No Slim Tale: The Rich History of Losing Weight with High-Fat Diets
No Slim Tale: The Rich History of Losing Weight with High-Fat Diets
Discover the 160-year journey of low-carb diets, from William Banting to today's ongoing debate on weight loss and health.
In the Western world, using carbohydrate-restricted diets to shed unwanted pounds traces its origins back to a thin 19th-century pamphlet published in London by a retired undertaker named William Banting. His Letter On Corpulence, Addressed To The Public in 1864, is an unquestioned milestone in keto history.
At the age of 66, Banting, a man of five feet and five inches, weighed more than 200 lbs and was riddled with health troubles from diminished hearing and failing eyesight to weak joints. Doing his best to follow his doctor’s advice to eat less and exercise more only brought him constant hunger and exhaustion.

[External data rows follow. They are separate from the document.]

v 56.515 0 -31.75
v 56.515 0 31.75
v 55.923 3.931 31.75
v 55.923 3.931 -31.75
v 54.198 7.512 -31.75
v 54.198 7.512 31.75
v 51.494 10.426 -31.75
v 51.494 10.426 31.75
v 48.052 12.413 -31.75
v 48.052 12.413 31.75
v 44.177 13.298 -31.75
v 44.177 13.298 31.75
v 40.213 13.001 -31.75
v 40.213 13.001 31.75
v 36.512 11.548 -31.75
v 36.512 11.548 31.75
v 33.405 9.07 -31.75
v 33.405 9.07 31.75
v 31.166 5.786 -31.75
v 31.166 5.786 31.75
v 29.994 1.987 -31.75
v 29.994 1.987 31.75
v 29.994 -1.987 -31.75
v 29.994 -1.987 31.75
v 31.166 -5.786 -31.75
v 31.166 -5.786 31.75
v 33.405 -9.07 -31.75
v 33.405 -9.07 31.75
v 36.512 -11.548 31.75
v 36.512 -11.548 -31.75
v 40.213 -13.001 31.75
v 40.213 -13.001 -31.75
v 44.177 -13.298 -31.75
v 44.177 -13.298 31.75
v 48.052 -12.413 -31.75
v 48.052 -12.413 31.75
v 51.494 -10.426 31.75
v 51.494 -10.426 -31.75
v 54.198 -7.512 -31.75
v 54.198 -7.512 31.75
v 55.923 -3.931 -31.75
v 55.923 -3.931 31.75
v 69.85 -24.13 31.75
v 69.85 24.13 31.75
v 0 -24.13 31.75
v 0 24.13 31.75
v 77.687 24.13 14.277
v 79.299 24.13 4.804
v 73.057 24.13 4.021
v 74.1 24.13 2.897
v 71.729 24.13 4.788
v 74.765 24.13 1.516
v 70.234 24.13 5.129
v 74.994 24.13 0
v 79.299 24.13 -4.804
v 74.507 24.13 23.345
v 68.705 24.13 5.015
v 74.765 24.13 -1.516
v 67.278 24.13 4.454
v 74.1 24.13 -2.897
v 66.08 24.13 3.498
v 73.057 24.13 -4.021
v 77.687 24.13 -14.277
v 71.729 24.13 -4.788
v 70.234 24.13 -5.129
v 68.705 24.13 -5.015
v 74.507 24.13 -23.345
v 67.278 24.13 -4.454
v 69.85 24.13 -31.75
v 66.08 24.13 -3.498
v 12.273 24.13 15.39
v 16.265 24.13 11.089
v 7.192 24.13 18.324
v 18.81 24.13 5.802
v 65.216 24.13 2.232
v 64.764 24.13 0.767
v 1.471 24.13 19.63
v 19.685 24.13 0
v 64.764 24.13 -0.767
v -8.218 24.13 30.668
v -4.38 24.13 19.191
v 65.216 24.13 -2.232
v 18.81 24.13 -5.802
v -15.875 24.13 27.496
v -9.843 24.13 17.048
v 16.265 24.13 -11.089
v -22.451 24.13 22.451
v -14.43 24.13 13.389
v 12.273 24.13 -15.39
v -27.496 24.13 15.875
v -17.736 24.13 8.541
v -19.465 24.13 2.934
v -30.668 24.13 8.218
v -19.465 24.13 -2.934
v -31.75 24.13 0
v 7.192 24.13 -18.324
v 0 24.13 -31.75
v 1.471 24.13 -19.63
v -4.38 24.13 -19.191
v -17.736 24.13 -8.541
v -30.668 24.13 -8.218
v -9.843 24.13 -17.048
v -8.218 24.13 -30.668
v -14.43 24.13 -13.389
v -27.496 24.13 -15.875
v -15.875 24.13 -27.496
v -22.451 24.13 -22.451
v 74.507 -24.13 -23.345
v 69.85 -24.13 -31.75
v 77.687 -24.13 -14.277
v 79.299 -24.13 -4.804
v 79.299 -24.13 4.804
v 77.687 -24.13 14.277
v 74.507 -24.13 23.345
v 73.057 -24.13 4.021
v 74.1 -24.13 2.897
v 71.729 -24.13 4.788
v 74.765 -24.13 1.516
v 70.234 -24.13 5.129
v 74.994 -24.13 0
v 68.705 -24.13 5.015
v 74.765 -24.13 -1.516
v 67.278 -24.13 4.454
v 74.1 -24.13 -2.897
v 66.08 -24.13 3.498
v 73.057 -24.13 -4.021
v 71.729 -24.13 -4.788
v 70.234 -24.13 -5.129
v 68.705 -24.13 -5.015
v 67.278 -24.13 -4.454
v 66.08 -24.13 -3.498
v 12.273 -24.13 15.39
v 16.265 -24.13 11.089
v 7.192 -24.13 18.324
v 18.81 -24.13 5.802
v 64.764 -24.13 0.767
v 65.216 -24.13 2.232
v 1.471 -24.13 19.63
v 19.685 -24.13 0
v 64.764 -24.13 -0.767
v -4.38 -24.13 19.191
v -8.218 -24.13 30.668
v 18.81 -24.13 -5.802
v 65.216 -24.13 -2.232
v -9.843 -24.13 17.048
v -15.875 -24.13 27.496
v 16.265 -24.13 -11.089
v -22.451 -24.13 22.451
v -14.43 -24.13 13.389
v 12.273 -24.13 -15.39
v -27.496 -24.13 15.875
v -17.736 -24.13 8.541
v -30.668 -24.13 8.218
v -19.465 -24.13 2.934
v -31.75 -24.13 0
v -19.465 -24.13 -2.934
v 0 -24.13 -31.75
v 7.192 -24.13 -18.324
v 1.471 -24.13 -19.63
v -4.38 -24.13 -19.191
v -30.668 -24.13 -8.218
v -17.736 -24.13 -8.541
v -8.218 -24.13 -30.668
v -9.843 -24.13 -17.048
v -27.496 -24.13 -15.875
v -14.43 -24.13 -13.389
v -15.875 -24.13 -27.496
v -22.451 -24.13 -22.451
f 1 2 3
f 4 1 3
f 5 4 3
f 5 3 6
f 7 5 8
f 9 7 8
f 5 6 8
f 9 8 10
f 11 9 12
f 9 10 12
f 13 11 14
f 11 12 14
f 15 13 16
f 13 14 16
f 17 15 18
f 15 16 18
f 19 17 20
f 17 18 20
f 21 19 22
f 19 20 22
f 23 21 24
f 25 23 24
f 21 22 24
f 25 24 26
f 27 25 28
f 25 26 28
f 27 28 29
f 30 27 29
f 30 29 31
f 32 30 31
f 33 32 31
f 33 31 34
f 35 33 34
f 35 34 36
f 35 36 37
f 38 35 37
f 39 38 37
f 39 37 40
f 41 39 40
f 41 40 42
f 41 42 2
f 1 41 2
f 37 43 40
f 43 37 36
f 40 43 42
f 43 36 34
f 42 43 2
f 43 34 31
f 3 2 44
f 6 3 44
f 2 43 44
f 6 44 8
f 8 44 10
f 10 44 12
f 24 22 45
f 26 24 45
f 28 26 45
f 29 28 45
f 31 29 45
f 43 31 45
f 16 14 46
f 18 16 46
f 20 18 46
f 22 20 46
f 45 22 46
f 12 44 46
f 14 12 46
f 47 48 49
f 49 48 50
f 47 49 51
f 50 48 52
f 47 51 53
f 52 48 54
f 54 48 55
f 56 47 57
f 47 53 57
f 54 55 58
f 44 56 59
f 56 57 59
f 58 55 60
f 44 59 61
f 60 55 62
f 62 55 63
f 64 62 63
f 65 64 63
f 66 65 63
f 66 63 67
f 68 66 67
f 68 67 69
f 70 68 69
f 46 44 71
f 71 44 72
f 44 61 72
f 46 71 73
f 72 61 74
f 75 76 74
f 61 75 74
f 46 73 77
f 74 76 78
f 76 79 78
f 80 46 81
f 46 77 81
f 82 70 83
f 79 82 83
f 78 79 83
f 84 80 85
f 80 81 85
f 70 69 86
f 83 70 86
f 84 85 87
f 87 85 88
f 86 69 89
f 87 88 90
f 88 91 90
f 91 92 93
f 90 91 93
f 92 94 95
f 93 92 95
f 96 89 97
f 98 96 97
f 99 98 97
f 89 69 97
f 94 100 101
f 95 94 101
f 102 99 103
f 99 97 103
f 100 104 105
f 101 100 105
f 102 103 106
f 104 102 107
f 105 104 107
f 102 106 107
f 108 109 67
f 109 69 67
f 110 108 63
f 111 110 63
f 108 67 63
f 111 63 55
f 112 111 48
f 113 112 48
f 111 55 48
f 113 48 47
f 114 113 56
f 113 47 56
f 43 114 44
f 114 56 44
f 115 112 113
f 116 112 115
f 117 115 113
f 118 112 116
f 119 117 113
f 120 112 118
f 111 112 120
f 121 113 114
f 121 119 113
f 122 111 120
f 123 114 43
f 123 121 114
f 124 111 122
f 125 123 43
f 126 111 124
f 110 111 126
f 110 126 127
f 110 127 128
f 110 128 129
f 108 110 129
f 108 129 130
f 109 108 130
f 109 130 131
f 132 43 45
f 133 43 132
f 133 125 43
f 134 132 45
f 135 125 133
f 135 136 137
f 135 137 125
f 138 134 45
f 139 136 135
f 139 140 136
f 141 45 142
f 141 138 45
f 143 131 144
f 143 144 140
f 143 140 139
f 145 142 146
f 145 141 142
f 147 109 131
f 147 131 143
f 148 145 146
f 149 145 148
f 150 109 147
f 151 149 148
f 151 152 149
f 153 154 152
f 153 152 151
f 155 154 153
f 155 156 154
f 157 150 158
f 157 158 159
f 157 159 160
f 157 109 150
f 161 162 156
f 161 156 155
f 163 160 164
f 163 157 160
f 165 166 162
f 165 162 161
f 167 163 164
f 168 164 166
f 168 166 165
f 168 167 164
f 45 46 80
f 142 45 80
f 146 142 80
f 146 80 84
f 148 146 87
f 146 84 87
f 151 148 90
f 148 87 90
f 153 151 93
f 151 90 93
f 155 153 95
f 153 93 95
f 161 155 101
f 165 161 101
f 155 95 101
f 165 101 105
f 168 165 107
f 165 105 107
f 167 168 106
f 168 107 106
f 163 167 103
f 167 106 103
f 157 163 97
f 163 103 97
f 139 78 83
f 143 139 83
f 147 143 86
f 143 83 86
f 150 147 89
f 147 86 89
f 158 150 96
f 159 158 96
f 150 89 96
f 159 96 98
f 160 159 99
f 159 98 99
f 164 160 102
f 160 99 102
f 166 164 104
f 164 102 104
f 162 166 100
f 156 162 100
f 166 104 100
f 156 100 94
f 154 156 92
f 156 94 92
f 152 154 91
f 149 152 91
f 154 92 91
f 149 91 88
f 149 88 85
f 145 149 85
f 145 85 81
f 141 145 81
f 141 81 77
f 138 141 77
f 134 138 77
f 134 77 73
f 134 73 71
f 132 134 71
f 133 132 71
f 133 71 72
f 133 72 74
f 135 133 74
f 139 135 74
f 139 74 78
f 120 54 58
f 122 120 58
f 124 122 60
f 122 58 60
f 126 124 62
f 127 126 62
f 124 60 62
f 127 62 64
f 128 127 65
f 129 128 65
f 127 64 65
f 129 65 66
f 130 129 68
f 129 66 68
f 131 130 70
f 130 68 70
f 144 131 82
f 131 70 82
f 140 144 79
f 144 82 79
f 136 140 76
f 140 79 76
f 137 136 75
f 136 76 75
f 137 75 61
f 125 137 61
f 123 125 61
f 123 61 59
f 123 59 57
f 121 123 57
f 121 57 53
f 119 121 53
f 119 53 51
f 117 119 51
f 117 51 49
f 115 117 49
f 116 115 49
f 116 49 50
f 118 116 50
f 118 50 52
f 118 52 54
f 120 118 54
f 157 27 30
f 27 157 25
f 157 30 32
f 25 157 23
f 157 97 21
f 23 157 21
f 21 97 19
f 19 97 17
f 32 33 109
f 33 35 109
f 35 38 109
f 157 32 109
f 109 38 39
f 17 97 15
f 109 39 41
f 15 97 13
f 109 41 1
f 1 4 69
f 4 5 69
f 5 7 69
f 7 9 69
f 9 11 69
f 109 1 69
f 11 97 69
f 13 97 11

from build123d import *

# Parameters (mm, degrees)
BOSS_EXTRUDE1_DEPTH = 24.13
SKETCH2_R           = 19.685
CUT_EXTRUDE1_DEPTH  = 49.26
SKETCH3_R           = 13.335
CUT_EXTRUDE2_DEPTH  = 64.5
SKETCH4_R           = 5.1435
CUT_EXTRUDE3_DEPTH  = 49.26


with BuildPart() as part:
    # Sketch1 → Boss-Extrude1 (new body, symmetric)
    with BuildSketch(Plane(origin=(0, 0, 0), x_dir=(1, 0, 0), z_dir=(0, 1, 0))):
        with BuildLine():
            Line((0, 31.75), (69.85, 31.75))
            ThreePointArc((69.85, 31.75), (79.502, 0), (69.85, -31.75))
            Line((69.85, -31.75), (0, -31.75))
            ThreePointArc((0, -31.75), (-31.75, 0), (0, 31.75))
        make_face()
    extrude(amount=BOSS_EXTRUDE1_DEPTH, both=True)

    # Sketch2 → Cut-Extrude1 (cut, through all)
    with BuildSketch(Plane(origin=(0, 24.13, 0), x_dir=(1, 0, 0), z_dir=(0, 1, 0))):
        Circle(SKETCH2_R)
    extrude(amount=-CUT_EXTRUDE1_DEPTH, mode=Mode.SUBTRACT)

    # Sketch3 → Cut-Extrude2 (cut, through all)
    with BuildSketch(Plane.XY.offset(31.75)):
        with Locations((43.18, 0)):
            Circle(SKETCH3_R)
    extrude(amount=-CUT_EXTRUDE2_DEPTH, mode=Mode.SUBTRACT)

    # Sketch4 → Cut-Extrude3 (cut, through all)
    with BuildSketch(Plane(origin=(0, 24.13, 0), x_dir=(1, 0, 0), z_dir=(0, 1, 0))):
        with Locations((69.85, 0)):
            Circle(SKETCH4_R)
    extrude(amount=-CUT_EXTRUDE3_DEPTH, mode=Mode.SUBTRACT)


solid = part.part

When Banting’s hearing continued to decline, approaching deafness, he sought the help of an ear surgeon named William Harvey. Harvey knew that a common approach among farmers to fatten their livestock was to gorge them on diets high in sugar and starch. Suspecting that a link to obesity lay in excessive consumption of refined carbohydrates, Harvey recommended a low-carbohydrate diet to Banting, primarily composed of meat, game, and seafood. Within a year, Banting reported losing his 50 lbs and all his debilitating physical ailments. His anecdotal experience, published in the Letter On Corpulence, sold 63,000 copies in Britain and was reportedly read widely in Germany, France, and America.
Nevertheless, neither the high-fat approach nor its opponents have managed to put the issue to rest, and even in 2024, a full 160 years after William Banting’s monumental pamphlet, the debate rages on.